The errors relied upon are the action of the court in overruling demurrers to said second and third paragraphs, respectively, of the complaint, and overruling appellant’s motion for a new trial. Some of the reasons set out in the motion for a new trial are that the verdict was contrary to the law, and was not sustained by sufficient evidence.
The question of the sufficiency of the second paragraph of the complaint is not entirely free from doubt, but we conclude that each of said paragraphs is sufficient to withstand a demurrer.
It is sought to maintain an action for damages resulting from the fright of a horse at the sight of a bear, which his keeper and owner was leading along a public street, for the purpose of transporting him from a railroad train, by which he had been carried to Vincennes, to the point in Vincennes at which the bear was to be an exhibit as a part of appellant’s show. It is not claimed, either by allegation or proof, that the show was in itself unlawful; and there is no pretence that the transporting of the bear from one place to another for the purpose of exhibition was unlawful, or in itself negligence. The case is therefore one of the fright of a horse merely at the appearance of the bear while he was being led along the street, was making no noise or other demonstration, and was in the control of his keeper. It appears without contradiction from the evidence that when the horse took fright the bear was doing nothing except going with his keeper. He was muzzled. He had a ring in his nose to which a chain was attached. Said chain was strong enough to hold and control him. He had around his neck a collar about two inches wide and one-half inch thick, to which also was attached a chain.

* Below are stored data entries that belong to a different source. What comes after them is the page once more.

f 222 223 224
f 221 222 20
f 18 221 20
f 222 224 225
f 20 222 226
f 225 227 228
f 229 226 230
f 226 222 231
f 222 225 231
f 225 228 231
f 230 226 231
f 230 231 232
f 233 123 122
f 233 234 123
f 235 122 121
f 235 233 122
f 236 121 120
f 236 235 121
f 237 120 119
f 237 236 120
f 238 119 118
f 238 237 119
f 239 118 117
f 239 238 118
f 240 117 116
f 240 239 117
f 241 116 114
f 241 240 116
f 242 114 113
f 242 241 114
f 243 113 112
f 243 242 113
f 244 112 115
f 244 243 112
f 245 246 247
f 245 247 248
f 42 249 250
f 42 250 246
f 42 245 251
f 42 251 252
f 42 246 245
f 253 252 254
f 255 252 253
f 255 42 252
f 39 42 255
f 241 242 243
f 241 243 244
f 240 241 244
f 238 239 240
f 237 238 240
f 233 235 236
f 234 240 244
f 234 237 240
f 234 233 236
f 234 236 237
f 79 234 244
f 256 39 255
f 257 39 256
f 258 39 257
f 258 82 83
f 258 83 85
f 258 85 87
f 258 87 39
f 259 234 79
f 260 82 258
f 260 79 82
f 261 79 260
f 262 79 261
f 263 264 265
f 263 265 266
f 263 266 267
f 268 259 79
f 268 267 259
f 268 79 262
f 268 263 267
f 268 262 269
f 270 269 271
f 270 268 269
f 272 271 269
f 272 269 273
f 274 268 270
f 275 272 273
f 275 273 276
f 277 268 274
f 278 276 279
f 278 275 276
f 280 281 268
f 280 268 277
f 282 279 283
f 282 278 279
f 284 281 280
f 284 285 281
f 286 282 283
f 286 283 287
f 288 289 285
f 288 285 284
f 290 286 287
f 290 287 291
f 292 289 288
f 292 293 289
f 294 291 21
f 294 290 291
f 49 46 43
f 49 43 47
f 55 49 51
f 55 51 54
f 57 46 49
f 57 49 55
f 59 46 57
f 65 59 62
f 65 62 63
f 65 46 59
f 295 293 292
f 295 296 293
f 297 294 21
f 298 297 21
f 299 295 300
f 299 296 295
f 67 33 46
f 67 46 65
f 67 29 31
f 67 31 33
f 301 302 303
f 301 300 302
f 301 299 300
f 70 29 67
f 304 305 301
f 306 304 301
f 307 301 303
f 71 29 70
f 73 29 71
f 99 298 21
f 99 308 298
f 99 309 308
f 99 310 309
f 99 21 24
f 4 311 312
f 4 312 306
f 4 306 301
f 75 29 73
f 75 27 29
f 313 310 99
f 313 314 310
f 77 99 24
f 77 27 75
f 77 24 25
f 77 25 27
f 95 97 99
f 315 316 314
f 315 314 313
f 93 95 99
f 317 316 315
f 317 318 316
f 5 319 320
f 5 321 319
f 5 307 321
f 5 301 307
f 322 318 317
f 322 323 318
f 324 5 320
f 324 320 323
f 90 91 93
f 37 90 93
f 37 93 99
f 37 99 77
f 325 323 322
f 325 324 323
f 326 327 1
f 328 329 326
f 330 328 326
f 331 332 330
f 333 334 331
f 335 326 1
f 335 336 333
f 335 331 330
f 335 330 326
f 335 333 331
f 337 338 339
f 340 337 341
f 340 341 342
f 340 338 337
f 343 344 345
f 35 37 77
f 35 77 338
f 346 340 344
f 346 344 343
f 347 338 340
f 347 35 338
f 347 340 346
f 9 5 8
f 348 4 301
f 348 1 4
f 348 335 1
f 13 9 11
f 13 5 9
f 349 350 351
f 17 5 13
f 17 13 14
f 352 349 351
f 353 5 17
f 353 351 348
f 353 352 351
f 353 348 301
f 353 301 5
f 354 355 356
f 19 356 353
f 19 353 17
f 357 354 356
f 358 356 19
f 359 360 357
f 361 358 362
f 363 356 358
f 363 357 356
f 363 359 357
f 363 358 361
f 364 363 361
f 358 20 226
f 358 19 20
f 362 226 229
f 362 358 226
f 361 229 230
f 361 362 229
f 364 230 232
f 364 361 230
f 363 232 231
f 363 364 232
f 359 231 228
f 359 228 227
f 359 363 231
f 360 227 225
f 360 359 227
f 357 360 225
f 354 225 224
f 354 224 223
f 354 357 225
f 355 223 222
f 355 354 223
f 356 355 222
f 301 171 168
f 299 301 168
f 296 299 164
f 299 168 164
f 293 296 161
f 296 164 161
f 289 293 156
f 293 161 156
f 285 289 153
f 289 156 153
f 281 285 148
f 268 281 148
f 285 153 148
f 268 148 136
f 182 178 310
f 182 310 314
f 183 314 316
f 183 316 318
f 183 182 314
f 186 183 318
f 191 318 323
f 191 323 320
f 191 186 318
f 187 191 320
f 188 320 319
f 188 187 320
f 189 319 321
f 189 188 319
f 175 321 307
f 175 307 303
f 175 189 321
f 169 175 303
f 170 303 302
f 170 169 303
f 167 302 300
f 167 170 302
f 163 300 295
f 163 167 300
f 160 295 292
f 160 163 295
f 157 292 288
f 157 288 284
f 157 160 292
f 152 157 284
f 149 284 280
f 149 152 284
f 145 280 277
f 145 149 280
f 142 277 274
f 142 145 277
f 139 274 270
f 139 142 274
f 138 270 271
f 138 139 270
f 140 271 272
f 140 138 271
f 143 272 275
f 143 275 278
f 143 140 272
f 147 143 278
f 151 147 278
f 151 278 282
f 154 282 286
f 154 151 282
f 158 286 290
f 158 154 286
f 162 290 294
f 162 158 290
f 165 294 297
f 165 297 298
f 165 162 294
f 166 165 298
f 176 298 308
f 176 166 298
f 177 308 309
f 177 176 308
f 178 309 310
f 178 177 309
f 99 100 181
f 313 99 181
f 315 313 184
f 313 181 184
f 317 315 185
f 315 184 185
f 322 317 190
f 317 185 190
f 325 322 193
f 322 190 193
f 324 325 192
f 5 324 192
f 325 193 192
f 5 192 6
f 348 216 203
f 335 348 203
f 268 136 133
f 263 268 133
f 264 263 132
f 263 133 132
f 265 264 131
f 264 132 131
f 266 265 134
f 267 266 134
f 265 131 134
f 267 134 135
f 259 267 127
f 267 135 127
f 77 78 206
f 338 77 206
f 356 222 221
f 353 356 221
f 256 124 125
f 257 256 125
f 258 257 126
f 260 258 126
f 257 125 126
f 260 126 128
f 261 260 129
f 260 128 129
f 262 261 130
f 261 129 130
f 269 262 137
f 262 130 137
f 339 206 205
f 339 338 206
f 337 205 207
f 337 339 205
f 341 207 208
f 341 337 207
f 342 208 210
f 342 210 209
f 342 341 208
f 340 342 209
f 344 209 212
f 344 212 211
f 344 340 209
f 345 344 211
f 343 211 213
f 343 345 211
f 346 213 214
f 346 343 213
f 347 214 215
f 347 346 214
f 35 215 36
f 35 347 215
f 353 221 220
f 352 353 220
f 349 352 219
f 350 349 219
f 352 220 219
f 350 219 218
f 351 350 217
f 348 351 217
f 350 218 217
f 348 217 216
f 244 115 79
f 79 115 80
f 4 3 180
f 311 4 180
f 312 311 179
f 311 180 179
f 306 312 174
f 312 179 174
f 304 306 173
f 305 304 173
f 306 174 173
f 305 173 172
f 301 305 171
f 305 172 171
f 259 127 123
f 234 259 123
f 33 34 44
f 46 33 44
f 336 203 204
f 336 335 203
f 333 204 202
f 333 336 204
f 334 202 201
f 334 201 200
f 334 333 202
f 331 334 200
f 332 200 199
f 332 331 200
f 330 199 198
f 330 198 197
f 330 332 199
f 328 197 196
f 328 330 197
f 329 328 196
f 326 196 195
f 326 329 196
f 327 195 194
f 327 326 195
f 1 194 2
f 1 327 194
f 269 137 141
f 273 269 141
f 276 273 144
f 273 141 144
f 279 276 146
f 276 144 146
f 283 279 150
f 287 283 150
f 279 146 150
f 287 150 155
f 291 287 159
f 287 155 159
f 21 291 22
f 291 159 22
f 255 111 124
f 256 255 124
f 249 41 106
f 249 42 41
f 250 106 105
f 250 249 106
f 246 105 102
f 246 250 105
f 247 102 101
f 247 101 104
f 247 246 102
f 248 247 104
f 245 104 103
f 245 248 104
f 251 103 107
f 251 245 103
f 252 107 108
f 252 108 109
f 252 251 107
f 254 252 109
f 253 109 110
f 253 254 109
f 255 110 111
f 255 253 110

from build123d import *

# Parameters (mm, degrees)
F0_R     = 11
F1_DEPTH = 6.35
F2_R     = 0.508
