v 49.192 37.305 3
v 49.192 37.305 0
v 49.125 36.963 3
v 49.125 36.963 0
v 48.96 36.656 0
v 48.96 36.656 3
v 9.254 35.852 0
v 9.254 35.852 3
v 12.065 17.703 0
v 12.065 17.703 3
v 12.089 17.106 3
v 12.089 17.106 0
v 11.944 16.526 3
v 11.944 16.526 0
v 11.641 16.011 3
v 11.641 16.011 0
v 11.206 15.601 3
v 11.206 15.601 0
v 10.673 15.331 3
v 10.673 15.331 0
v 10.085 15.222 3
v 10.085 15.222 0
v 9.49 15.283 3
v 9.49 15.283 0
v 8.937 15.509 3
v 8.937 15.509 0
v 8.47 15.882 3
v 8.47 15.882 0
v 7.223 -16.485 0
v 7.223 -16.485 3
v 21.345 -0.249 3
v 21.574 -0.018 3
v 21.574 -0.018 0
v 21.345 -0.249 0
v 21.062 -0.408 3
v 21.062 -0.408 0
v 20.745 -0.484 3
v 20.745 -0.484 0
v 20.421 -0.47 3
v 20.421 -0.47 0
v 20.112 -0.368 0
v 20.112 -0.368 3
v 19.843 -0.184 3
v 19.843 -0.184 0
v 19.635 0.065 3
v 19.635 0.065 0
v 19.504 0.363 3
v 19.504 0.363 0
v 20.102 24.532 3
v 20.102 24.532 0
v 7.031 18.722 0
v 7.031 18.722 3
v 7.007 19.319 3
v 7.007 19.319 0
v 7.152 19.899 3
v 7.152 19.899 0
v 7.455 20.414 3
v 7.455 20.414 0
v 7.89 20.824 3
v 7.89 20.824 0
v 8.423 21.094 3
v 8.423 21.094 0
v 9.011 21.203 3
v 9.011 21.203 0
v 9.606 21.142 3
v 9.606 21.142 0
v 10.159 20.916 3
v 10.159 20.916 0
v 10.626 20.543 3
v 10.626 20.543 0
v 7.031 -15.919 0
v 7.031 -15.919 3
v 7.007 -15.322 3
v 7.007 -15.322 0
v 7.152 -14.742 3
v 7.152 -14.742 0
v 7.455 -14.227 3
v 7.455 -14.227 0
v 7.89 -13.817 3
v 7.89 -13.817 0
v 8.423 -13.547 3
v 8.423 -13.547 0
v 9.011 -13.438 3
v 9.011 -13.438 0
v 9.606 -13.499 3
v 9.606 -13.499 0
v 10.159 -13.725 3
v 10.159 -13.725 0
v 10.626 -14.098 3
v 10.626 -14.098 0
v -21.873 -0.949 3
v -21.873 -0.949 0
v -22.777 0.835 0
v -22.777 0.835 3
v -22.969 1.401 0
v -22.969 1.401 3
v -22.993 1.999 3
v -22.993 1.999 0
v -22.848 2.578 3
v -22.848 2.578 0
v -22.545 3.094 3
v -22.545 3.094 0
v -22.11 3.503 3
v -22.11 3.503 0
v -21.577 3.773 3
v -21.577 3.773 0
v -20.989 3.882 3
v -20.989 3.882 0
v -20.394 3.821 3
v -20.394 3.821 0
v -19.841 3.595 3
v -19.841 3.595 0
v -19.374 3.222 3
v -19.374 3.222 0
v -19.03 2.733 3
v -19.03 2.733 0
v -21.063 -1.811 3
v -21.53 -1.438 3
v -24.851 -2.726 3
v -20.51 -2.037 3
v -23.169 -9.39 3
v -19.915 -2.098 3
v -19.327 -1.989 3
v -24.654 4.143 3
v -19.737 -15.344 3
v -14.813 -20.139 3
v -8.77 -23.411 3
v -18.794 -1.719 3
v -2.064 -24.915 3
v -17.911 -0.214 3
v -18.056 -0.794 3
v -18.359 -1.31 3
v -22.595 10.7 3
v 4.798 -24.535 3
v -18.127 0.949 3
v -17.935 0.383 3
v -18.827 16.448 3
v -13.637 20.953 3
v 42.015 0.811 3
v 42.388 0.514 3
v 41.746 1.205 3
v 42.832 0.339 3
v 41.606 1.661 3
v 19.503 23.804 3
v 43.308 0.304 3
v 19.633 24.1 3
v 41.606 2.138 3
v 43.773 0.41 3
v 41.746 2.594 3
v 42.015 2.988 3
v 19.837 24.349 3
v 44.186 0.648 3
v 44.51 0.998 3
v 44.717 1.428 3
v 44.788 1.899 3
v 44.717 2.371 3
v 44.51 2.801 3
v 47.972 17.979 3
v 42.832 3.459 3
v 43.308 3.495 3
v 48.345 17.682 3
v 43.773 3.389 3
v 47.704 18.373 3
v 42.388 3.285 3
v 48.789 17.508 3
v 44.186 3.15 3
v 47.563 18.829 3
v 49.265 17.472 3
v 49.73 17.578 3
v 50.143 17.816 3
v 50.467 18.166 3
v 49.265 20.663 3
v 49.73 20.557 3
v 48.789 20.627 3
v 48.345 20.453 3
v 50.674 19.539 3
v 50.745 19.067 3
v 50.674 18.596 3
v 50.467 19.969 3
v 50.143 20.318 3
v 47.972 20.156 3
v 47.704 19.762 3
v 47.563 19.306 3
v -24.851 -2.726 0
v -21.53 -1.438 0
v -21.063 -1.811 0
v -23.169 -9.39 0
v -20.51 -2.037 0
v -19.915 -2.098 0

The keeper had both chains in his hand when the accident occurred. The chain connected with the ring in his nose was small. The one connected with his collar was large. It was for the purpose of chaining him at night when he was alone. The chains were strong enough to control the bear. The animal was characterized by the witnesses who knew him as “gentle,” “kind,” “docile.” His keeper testified that he had never known him to be mean or to growl. He testified also that he never knew of a bear scaring a horse; that shortly before the accident the keeper met two ladies in a buggy, and their horse did not scare. He was described as of pretty good size and brown. One witness said he was a “large, ugly-looking, brown bear.”